A5. Compiler Flags

System Dive: -O3, -ffast-math, and Auto-Vectorization

Read the full raw markdown report on GitHub ↗

The Baseline `-O3`

Writing highly optimized C or C++ is only half the battle. The compiler must translate that source code into machine instructions. By default, compilers prioritize fast compilation times over execution speed. Passing the `-O3` flag instructs GCC/Clang to perform aggressive optimizations: loop unrolling, function inlining, and dead code elimination.

The Power of Modern Compilers

A common critique of manual SIMD intrinsics is that modern compilers (like GCC or Clang) can auto-vectorize loops for you if you provide the right flags. Let's look at what GCC does to my Naive C code when I pass -O3 -march=native -ffast-math.

C Source (Naive)

Assembly Output (AVX2)

1void matmul_naive(float* A, float* B, float* C, int N) {
    for (int i = 0; i < N; i++) {
        for (int j = 0; j < N; j++) {
            float sum = 0.0f;
            for (int k = 0; k < N; k++) {
                // The critical inner loop
                sum += A[i*N + k] * B[k*N + j];
            }
            C[i*N + j] = sum;
        }
    }
}

// GCC -O3 -march=native -ffast-math
.L4:
        // Load 8 floats from A into ymm1
        vmovups ymm1, YMMWORD PTR [rcx+rax]
        
        // Load 8 floats from B into ymm2
        vmovups ymm2, YMMWORD PTR [r8+rax]
        
        // Fused Multiply-Add (ymm0 = ymm1 * ymm2 + ymm0)
        vfmadd231ps     ymm0, ymm1, ymm2
        
        // Loop unrolling (GCC does this 4x or 8x automatically)
        vmovups ymm1, YMMWORD PTR [rcx+32+rax]
        vmovups ymm2, YMMWORD PTR [r8+32+rax]
        vfmadd231ps     ymm3, ymm1, ymm2

        add     rax, 128
        cmp     rdx, rax
        jne     .L4

The compiler successfully identifies the inner loop and unrolls it into vfmadd231ps (Fused Multiply-Add) instructions, processing 8 floats per cycle.
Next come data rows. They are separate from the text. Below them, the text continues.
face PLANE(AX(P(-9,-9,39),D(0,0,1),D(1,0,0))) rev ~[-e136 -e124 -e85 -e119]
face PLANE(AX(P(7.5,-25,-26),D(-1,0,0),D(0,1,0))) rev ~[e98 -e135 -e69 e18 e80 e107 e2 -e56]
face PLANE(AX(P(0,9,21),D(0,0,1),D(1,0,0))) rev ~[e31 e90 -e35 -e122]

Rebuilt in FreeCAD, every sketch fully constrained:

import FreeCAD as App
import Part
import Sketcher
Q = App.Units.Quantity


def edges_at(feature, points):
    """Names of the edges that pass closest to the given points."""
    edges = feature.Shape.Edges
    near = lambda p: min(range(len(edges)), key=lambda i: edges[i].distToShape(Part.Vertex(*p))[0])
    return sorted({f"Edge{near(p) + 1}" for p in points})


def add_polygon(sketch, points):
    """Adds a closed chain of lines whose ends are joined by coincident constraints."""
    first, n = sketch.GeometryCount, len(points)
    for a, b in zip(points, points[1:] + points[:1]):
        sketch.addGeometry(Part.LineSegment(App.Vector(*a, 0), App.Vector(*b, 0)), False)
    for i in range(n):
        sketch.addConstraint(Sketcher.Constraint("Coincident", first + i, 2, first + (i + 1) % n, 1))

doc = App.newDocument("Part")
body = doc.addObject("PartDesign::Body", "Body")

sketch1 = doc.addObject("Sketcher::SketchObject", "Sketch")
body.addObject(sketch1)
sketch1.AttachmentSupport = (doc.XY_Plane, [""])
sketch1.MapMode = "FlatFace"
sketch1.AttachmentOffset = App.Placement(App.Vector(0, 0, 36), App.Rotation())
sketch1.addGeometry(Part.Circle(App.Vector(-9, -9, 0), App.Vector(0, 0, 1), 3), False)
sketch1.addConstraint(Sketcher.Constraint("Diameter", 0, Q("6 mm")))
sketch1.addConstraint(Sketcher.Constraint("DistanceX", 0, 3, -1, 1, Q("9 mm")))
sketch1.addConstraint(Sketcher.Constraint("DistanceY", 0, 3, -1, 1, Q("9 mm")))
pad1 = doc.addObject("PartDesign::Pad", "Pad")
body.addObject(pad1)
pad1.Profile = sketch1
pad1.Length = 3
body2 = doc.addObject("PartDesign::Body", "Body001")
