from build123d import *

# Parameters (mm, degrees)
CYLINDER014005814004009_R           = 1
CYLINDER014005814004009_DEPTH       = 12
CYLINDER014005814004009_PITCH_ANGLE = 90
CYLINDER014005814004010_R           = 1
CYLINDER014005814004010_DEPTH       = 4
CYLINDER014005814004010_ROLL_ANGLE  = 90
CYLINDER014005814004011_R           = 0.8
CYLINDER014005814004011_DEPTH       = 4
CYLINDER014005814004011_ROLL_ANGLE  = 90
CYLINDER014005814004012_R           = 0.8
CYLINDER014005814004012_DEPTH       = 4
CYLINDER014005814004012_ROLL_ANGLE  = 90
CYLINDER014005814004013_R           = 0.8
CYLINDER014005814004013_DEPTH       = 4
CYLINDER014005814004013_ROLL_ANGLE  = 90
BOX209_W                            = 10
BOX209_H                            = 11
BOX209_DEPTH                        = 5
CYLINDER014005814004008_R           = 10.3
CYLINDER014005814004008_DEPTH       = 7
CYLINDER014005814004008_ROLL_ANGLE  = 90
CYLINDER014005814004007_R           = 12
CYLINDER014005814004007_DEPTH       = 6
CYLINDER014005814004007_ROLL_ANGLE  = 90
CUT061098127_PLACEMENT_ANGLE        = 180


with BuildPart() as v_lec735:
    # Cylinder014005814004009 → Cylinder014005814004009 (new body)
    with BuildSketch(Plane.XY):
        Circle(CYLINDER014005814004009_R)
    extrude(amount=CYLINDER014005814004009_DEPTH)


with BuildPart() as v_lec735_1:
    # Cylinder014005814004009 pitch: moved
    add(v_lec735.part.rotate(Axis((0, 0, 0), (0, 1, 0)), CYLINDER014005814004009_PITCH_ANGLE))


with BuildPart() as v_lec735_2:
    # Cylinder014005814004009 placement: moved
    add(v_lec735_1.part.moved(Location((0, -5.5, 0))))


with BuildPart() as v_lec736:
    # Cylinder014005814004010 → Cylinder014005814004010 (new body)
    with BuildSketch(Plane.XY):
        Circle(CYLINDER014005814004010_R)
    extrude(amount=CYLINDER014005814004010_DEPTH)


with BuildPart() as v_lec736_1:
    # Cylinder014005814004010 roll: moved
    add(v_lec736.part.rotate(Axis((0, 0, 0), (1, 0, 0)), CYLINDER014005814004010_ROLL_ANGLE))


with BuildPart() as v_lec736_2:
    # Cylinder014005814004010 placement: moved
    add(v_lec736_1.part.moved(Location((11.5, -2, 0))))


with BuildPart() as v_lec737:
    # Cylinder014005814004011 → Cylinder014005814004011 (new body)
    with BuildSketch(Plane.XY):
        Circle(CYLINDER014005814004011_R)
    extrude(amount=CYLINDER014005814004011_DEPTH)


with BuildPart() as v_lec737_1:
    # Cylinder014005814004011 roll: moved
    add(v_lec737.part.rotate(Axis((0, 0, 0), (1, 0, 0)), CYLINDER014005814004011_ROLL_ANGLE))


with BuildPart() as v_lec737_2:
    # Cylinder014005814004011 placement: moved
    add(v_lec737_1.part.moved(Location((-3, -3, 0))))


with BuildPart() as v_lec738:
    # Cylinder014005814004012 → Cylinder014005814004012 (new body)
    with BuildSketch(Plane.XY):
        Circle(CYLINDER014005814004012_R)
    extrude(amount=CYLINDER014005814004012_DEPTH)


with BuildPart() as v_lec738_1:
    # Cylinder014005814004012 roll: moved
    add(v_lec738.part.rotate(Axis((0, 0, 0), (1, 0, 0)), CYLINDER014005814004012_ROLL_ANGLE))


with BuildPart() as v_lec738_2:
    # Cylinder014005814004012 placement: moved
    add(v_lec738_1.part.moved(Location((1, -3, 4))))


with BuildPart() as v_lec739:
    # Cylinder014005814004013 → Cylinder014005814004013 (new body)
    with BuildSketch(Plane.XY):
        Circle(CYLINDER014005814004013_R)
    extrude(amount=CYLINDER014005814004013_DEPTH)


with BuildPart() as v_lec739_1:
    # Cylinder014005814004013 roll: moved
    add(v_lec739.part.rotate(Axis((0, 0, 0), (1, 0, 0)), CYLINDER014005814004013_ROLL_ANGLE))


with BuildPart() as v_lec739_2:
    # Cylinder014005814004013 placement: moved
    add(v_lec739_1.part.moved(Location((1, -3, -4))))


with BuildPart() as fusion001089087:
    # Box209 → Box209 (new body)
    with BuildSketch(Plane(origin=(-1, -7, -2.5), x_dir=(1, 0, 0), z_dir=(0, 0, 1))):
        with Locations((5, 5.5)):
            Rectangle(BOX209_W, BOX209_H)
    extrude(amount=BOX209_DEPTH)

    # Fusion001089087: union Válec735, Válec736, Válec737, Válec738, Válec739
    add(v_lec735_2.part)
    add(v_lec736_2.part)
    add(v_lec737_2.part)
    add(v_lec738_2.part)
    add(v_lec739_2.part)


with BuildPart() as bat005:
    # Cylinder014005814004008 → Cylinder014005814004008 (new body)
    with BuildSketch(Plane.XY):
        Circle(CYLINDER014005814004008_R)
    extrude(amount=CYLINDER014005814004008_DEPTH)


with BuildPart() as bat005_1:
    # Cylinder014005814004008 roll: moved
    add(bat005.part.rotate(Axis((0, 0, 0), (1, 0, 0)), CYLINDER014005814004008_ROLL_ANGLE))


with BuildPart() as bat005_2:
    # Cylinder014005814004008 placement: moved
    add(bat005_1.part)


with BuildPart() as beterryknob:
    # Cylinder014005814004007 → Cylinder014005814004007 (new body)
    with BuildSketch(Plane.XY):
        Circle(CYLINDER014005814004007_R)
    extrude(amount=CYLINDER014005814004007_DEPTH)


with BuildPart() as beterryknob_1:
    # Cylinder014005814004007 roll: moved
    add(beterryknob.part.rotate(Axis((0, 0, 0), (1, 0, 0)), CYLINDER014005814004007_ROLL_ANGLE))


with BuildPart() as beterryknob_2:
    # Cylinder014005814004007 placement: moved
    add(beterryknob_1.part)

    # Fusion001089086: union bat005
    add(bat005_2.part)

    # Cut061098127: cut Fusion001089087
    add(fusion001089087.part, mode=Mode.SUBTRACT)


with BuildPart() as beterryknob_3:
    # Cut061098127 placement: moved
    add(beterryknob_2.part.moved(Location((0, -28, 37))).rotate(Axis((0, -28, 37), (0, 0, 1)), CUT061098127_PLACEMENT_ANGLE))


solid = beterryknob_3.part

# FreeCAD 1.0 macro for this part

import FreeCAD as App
import Part
import Sketcher

V = App.Vector


def add_polygon(sketch, points):
    """Adds a closed chain of lines whose ends are joined by coincident constraints."""
    first, n = sketch.GeometryCount, len(points)
    for a, b in zip(points, points[1:] + points[:1]):
        sketch.addGeometry(Part.LineSegment(App.Vector(*a, 0), App.Vector(*b, 0)), False)
    for i in range(n):
        sketch.addConstraint(Sketcher.Constraint("Coincident", first + i, 2, first + (i + 1) % n, 1))

doc = App.newDocument("Part")
body = doc.addObject("PartDesign::Body", "Body")

# Sketch on XY plane
sketch1 = body.newObject("Sketcher::SketchObject", "Sketch")
sketch1.AttachmentSupport = (doc.getObject("XY_Plane"), [""])
sketch1.MapMode = "FlatFace"
sketch1.addGeometry(Part.Circle(V(0, 0, 0), V(0, 0, 1), 1), False)
sketch1.addConstraint([
    Sketcher.Constraint("Coincident", 0, 3, -1, 1),
    Sketcher.Constraint("Diameter", 0, 2.0),
])
pad1 = body.newObject("PartDesign::Pad", "Pad")
pad1.Profile = sketch1
pad1.Length = 12
body2 = doc.addObject("PartDesign::Body", "Body001")
doc.recompute()

body.Placement = App.Placement(V(0, 0, 0), App.Rotation(V(0, 1, 0), 90))
boolean = body2.newObject("PartDesign::Boolean", "Boolean")
boolean.Type = "Fuse"
boolean.addObjects([body])
body3 = doc.addObject("PartDesign::Body", "Body002")
doc.recompute()

body2.Placement = App.Placement(V(0, -5.5, 0), App.Rotation(V(0, 0, 1), 0))
boolean2 = body3.newObject("PartDesign::Boolean", "Boolean001")
boolean2.Type = "Fuse"
boolean2.addObjects([body2])
body4 = doc.addObject("PartDesign::Body", "Body003")

# Sketch on XY plane
sketch2 = body4.newObject("Sketcher::SketchObject", "Sketch001")
sketch2.AttachmentSupport = (doc.getObject("XY_Plane003"), [""])
sketch2.MapMode = "FlatFace"
sketch2.addGeometry(Part.Circle(V(0, 0, 0), V(0, 0, 1), 1), False)
sketch2.addConstraint([
    Sketcher.Constraint("Coincident", 0, 3, -1, 1),
    Sketcher.Constraint("Diameter", 0, 2.0),
])
pad2 = body4.newObject("PartDesign::Pad", "Pad001")
pad2.Profile = sketch2
pad2.Length = 4
body5 = doc.addObject("PartDesign::Body", "Body004")
doc.recompute()

body4.Placement = App.Placement(V(0, 0, 0), App.Rotation(V(1, 0, 0), 90))
boolean3 = body5.newObject("PartDesign::Boolean", "Boolean002")
boolean3.Type = "Fuse"
boolean3.addObjects([body4])
body6 = doc.addObject("PartDesign::Body", "Body005")
doc.recompute()

body5.Placement = App.Placement(V(11.5, -2, 0), App.Rotation(V(0, 0, 1), 0))
boolean4 = body6.newObject("PartDesign::Boolean", "Boolean003")
boolean4.Type = "Fuse"
boolean4.addObjects([body5])
body7 = doc.addObject("PartDesign::Body", "Body006")

# Sketch on XY plane
sketch3 = body7.newObject("Sketcher::SketchObject", "Sketch002")
sketch3.AttachmentSupport = (doc.getObject("XY_Plane006"), [""])
sketch3.MapMode = "FlatFace"
sketch3.addGeometry(Part.Circle(V(0, 0, 0), V(0, 0, 1), 0.8), False)
sketch3.addConstraint([
    Sketcher.Constraint("Coincident", 0, 3, -1, 1),
    Sketcher.Constraint("Diameter", 0, 1.6),
])
pad3 = body7.newObject("PartDesign::Pad", "Pad002")
pad3.Profile = sketch3
pad3.Length = 4
body8 = doc.addObject("PartDesign::Body", "Body007")
doc.recompute()

body7.Placement = App.Placement(V(0, 0, 0), App.Rotation(V(1, 0, 0), 90))
boolean5 = body8.newObject("PartDesign::Boolean", "Boolean004")
boolean5.Type = "Fuse"
boolean5.addObjects([body7])
body9 = doc.addObject("PartDesign::Body", "Body008")
doc.recompute()

body8.Placement = App.Placement(V(-3, -3, 0), App.Rotation(V(0, 0, 1), 0))
boolean6 = body9.newObject("PartDesign::Boolean", "Boolean005")
boolean6.Type = "Fuse"
boolean6.addObjects([body8])
body10 = doc.addObject("PartDesign::Body", "Body009")

# Sketch on XY plane
sketch4 = body10.newObject("Sketcher::SketchObject", "Sketch003")
sketch4.AttachmentSupport = (doc.getObject("XY_Plane009"), [""])
sketch4.MapMode = "FlatFace"
sketch4.addGeometry(Part.Circle(V(0, 0, 0), V(0, 0, 1), 0.8), False)
sketch4.addConstraint([
    Sketcher.Constraint("Coincident", 0, 3, -1, 1),
    Sketcher.Constraint("Diameter", 0, 1.6),
])
pad4 = body10.newObject("PartDesign::Pad", "Pad003")
pad4.Profile = sketch4
pad4.Length = 4
body11 = doc.addObject("PartDesign::Body", "Body010")
doc.recompute()

body10.Placement = App.Placement(V(0, 0, 0), App.Rotation(V(1, 0, 0), 90))
boolean7 = body11.newObject("PartDesign::Boolean", "Boolean006")
boolean7.Type = "Fuse"
boolean7.addObjects([body10])
body12 = doc.addObject("PartDesign::Body", "Body011")
doc.recompute()

body11.Placement = App.Placement(V(1, -3, 4), App.Rotation(V(0, 0, 1), 0))
boolean8 = body12.newObject("PartDesign::Boolean", "Boolean007")
boolean8.Type = "Fuse"
boolean8.addObjects([body11])
body13 = doc.addObject("PartDesign::Body", "Body012")

# Sketch on XY plane
sketch5 = body13.newObject("Sketcher::SketchObject", "Sketch004")
sketch5.AttachmentSupport = (doc.getObject("XY_Plane012"), [""])
sketch5.MapMode = "FlatFace"
sketch5.addGeometry(Part.Circle(V(0, 0, 0), V(0, 0, 1), 0.8), False)
sketch5.addConstraint([
    Sketcher.Constraint("Coincident", 0, 3, -1, 1),
    Sketcher.Constraint("Diameter", 0, 1.6),
])
pad5 = body13.newObject("PartDesign::Pad", "Pad004")
pad5.Profile = sketch5
pad5.Length = 4
body14 = doc.addObject("PartDesign::Body", "Body013")
doc.recompute()

body13.Placement = App.Placement(V(0, 0, 0), App.Rotation(V(1, 0, 0), 90))
boolean9 = body14.newObject("PartDesign::Boolean", "Boolean008")
boolean9.Type = "Fuse"
boolean9.addObjects([body13])
body15 = doc.addObject("PartDesign::Body", "Body014")
doc.recompute()

body14.Placement = App.Placement(V(1, -3, -4), App.Rotation(V(0, 0, 1), 0))
boolean10 = body15.newObject("PartDesign::Boolean", "Boolean009")
boolean10.Type = "Fuse"
boolean10.addObjects([body14])
body16 = doc.addObject("PartDesign::Body", "Body015")
body16.AllowCompound = True

# Sketch on XY plane
sketch6 = body16.newObject("Sketcher::SketchObject", "Sketch005")
sketch6.AttachmentSupport = (doc.getObject("XY_Plane015"), [""])
sketch6.MapMode = "FlatFace"
sketch6.AttachmentOffset = App.Placement(V(0, 0, -2.5), App.Rotation())
add_polygon(sketch6, [(-1, 4), (-1, -7), (9, -7), (9, 4)])  # lines 0-3
sketch6.addConstraint([
    Sketcher.Constraint("Vertical", 0),
    Sketcher.Constraint("Horizontal", 1),
    Sketcher.Constraint("Vertical", 2),
    Sketcher.Constraint("Horizontal", 3),
    Sketcher.Constraint("DistanceX", 1, 1, 1, 2, 10.0),
    Sketcher.Constraint("DistanceY", 0, 2, 0, 1, 11.0),
    Sketcher.Constraint("DistanceX", 0, 2, -1, 1, 1.0),
    Sketcher.Constraint("DistanceY", 0, 2, -1, 1, 7.0),
])
pad6 = body16.newObject("PartDesign::Pad", "Pad005")
pad6.Profile = sketch6
pad6.Length = 5
doc.recompute()

boolean11 = body16.newObject("PartDesign::Boolean", "Boolean010")
boolean11.Type = "Fuse"
boolean11.addObjects([body3])
doc.recompute()

boolean12 = body16.newObject("PartDesign::Boolean", "Boolean011")
boolean12.Type = "Fuse"
boolean12.addObjects([body6])
doc.recompute()

boolean13 = body16.newObject("PartDesign::Boolean", "Boolean012")
boolean13.Type = "Fuse"
boolean13.addObjects([body9])
doc.recompute()

boolean14 = body16.newObject("PartDesign::Boolean", "Boolean013")
boolean14.Type = "Fuse"
boolean14.addObjects([body12])
doc.recompute()

boolean15 = body16.newObject("PartDesign::Boolean", "Boolean014")
boolean15.Type = "Fuse"
boolean15.addObjects([body15])
body17 = doc.addObject("PartDesign::Body", "Body016")

# Sketch on XY plane
sketch7 = body17.newObject("Sketcher::SketchObject", "Sketch006")
sketch7.AttachmentSupport = (doc.getObject("XY_Plane016"), [""])
sketch7.MapMode = "FlatFace"
sketch7.addGeometry(Part.Circle(V(0, 0, 0), V(0, 0, 1), 10), False)
sketch7.addConstraint([
    Sketcher.Constraint("Coincident", 0, 3, -1, 1),
    Sketcher.Constraint("Diameter", 0, 20.6),
])
pad7 = body17.newObject("PartDesign::Pad", "Pad006")
pad7.Profile = sketch7
pad7.Length = 7
body18 = doc.addObject("PartDesign::Body", "Body017")
doc.recompute()

body17.Placement = App.Placement(V(0, 0, 0), App.Rotation(V(1, 0, 0), 90))
boolean16 = body18.newObject("PartDesign::Boolean", "Boolean015")
boolean16.Type = "Fuse"
boolean16.addObjects([body17])
body19 = doc.addObject("PartDesign::Body", "Body018")

# Sketch on XY plane
sketch8 = body19.newObject("Sketcher::SketchObject", "Sketch007")
sketch8.AttachmentSupport = (doc.getObject("XY_Plane018"), [""])
sketch8.MapMode = "FlatFace"
sketch8.addGeometry(Part.Circle(V(0, 0, 0), V(0, 0, 1), 12), False)
sketch8.addConstraint([
    Sketcher.Constraint("Coincident", 0, 3, -1, 1),
    Sketcher.Constraint("Diameter", 0, 24.0),
])
pad8 = body19.newObject("PartDesign::Pad", "Pad007")
pad8.Profile = sketch8
pad8.Length = 6
body20 = doc.addObject("PartDesign::Body", "Body019")
doc.recompute()

body19.Placement = App.Placement(V(0, 0, 0), App.Rotation(V(1, 0, 0), 90))
boolean17 = body20.newObject("PartDesign::Boolean", "Boolean016")
boolean17.Type = "Fuse"
boolean17.addObjects([body19])
doc.recompute()

boolean18 = body20.newObject("PartDesign::Boolean", "Boolean017")
boolean18.Type = "Fuse"
boolean18.addObjects([body18])
doc.recompute()

boolean19 = body20.newObject("PartDesign::Boolean", "Boolean018")
boolean19.Type = "Cut"
boolean19.addObjects([body16])
body21 = doc.addObject("PartDesign::Body", "Body020")
doc.recompute()

body20.Placement = App.Placement(V(0, -28, 37), App.Rotation(V(0, 0, 1), 180))
boolean20 = body21.newObject("PartDesign::Boolean", "Boolean019")
boolean20.Type = "Fuse"
boolean20.addObjects([body20])

doc.recompute()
However, as the chart below shows, even with aggressive compiler auto-vectorization, the Naive loop still cannot beat a hand-written Tiled or blocked algorithm, because the compiler cannot safely re-order massive memory access patterns.

Hardware-Specific Optimizations

Even with `-O3`, the compiler generates generic x86_64 machine code that can run on any processor from the last 20 years. To unlock the full power of a modern CPU, you must tell the compiler exactly what hardware it is targeting.

-march=native -mtune=native

These flags instruct the compiler to generate machine code explicitly tailored for the CPU currently compiling the code. It enables the use of advanced instruction sets (like AVX2 or AVX-512) that a generic build would be forced to ignore for compatibility reasons.

Flag Performance Impact

The following chart demonstrates the cumulative speedup multiplier gained by applying increasingly aggressive compiler flags to my base SIMD AVX2 C implementation. (Baseline -O0 = 1x).

Fast Math

The IEEE 754 floating-point standard requires strict adherence to mathematical order of operations, handling of NaNs, and signed zeros. This strictness limits the compiler's ability to reorder floating-point operations for speed.

The -ffast-math flag breaks IEEE compliance. It allows the compiler to assume math is associative (i.e., (A+B)+C == A+(B+C)), flush denormalized numbers to zero, and ignore NaNs. In machine learning, where slight floating-point inaccuracies are absorbed by the neural network's noise tolerance, -ffast-math provides a massive "free" speedup at the cost of strict numerical precision.